ACTIVITY: In the listing below, print exactly the lines between the line holding "f 88 86 143" and the line holding "f 141 143 190", inclusive, and no more.

##### RECORD SET

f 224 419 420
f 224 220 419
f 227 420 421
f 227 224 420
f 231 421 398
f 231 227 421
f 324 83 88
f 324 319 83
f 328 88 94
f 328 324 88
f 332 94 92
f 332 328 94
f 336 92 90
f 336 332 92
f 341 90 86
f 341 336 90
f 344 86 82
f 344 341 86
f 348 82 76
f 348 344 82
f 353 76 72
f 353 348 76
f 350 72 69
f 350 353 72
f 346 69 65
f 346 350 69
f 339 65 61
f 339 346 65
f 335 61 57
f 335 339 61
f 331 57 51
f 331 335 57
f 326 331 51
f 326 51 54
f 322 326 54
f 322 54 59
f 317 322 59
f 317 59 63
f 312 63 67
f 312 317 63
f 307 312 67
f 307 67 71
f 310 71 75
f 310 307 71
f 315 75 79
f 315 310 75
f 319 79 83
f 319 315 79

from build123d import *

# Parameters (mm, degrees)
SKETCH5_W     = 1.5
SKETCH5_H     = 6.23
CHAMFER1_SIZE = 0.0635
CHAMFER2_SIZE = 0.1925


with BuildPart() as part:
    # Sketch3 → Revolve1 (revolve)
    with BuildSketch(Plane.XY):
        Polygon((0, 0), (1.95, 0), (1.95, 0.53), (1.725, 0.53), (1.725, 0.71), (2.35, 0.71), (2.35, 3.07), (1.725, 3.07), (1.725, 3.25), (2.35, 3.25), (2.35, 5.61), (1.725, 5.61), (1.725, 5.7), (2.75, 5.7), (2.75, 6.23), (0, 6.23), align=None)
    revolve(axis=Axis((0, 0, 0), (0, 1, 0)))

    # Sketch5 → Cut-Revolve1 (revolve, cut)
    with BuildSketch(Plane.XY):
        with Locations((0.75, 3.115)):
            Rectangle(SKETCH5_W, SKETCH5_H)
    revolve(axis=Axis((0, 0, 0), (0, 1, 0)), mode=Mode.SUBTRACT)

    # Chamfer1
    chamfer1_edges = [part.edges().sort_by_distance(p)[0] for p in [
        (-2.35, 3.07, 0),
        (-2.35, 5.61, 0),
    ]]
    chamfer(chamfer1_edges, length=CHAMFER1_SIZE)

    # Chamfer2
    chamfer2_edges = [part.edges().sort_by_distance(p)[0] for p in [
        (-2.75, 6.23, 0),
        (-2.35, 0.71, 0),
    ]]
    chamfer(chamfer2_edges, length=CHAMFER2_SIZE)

##########
##### RECORD SET

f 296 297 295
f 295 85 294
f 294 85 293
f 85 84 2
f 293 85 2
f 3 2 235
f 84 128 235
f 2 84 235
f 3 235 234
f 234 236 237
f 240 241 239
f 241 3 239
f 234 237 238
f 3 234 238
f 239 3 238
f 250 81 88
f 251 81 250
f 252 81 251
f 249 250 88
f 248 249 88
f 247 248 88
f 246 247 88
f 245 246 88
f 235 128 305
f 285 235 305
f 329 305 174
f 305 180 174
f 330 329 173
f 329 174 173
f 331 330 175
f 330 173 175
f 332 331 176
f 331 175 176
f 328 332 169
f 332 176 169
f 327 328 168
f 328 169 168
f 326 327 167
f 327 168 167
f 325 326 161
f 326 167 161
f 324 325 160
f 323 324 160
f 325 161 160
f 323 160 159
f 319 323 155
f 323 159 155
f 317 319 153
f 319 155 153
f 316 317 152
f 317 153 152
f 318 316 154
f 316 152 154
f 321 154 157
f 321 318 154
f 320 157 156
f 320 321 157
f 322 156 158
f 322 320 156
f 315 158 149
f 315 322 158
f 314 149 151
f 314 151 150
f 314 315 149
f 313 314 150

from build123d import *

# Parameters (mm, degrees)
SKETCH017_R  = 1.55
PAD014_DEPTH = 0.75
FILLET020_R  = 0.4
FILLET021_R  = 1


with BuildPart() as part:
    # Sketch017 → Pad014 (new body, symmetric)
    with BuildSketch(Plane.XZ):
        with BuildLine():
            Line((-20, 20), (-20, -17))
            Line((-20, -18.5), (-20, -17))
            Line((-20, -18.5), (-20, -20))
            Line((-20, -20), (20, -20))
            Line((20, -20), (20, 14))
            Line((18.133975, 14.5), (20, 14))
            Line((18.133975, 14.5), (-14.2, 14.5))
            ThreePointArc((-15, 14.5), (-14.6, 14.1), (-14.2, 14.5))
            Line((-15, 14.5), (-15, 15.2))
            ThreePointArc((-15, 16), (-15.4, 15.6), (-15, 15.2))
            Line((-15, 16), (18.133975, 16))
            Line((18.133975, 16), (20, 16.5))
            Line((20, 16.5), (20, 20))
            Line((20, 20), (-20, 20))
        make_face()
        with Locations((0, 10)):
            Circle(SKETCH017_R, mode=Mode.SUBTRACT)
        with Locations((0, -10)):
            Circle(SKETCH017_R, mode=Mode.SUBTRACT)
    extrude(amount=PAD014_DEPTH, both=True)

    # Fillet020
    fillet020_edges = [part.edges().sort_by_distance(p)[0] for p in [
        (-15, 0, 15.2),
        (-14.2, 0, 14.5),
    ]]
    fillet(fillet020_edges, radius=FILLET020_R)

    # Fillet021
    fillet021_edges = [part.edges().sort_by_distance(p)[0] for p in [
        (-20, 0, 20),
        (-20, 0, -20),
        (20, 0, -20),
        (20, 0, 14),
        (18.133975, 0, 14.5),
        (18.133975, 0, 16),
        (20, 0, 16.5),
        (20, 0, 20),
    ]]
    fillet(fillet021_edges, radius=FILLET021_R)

##########
##### RECORD SET

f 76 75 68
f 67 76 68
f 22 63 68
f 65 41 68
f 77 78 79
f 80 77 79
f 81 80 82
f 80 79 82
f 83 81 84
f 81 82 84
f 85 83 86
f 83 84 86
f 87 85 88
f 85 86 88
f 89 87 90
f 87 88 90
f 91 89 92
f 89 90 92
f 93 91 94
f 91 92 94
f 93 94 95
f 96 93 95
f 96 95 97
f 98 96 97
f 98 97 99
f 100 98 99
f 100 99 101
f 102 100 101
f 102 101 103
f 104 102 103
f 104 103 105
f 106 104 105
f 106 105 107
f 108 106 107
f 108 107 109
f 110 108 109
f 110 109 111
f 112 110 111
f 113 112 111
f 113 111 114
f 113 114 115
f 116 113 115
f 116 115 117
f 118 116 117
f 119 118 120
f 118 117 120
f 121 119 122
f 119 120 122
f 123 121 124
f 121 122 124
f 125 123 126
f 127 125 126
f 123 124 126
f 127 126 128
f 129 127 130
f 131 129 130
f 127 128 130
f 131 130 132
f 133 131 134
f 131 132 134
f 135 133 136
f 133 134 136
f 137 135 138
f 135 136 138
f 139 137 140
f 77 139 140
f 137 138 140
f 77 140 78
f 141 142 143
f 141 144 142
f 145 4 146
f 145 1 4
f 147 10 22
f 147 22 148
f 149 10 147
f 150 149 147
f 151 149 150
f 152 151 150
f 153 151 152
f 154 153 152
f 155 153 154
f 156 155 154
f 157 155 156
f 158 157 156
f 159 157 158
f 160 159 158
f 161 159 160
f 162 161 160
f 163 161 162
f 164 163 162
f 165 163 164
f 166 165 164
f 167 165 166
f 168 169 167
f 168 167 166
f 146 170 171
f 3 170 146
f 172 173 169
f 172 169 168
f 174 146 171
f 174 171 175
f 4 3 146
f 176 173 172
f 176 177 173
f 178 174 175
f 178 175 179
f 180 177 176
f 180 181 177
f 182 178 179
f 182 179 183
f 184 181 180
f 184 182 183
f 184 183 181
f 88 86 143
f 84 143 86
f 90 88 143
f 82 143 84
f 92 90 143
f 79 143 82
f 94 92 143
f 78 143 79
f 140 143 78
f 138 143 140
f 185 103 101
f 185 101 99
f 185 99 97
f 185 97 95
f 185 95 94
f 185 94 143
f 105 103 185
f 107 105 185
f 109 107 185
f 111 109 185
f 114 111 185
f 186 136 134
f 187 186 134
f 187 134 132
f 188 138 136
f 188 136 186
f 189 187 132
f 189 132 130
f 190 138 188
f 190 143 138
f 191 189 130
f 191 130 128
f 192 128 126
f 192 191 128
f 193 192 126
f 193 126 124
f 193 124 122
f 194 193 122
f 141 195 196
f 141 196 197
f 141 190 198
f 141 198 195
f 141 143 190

##########

RESPONSE TO THIS TASK:
f 88 86 143
f 84 143 86
f 90 88 143
f 82 143 84
f 92 90 143
f 79 143 82
f 94 92 143
f 78 143 79
f 140 143 78
f 138 143 140
f 185 103 101
f 185 101 99
f 185 99 97
f 185 97 95
f 185 95 94
f 185 94 143
f 105 103 185
f 107 105 185
f 109 107 185
f 111 109 185
f 114 111 185
f 186 136 134
f 187 186 134
f 187 134 132
f 188 138 136
f 188 136 186
f 189 187 132
f 189 132 130
f 190 138 188
f 190 143 138
f 191 189 130
f 191 130 128
f 192 128 126
f 192 191 128
f 193 192 126
f 193 126 124
f 193 124 122
f 194 193 122
f 141 195 196
f 141 196 197
f 141 190 198
f 141 198 195
f 141 143 190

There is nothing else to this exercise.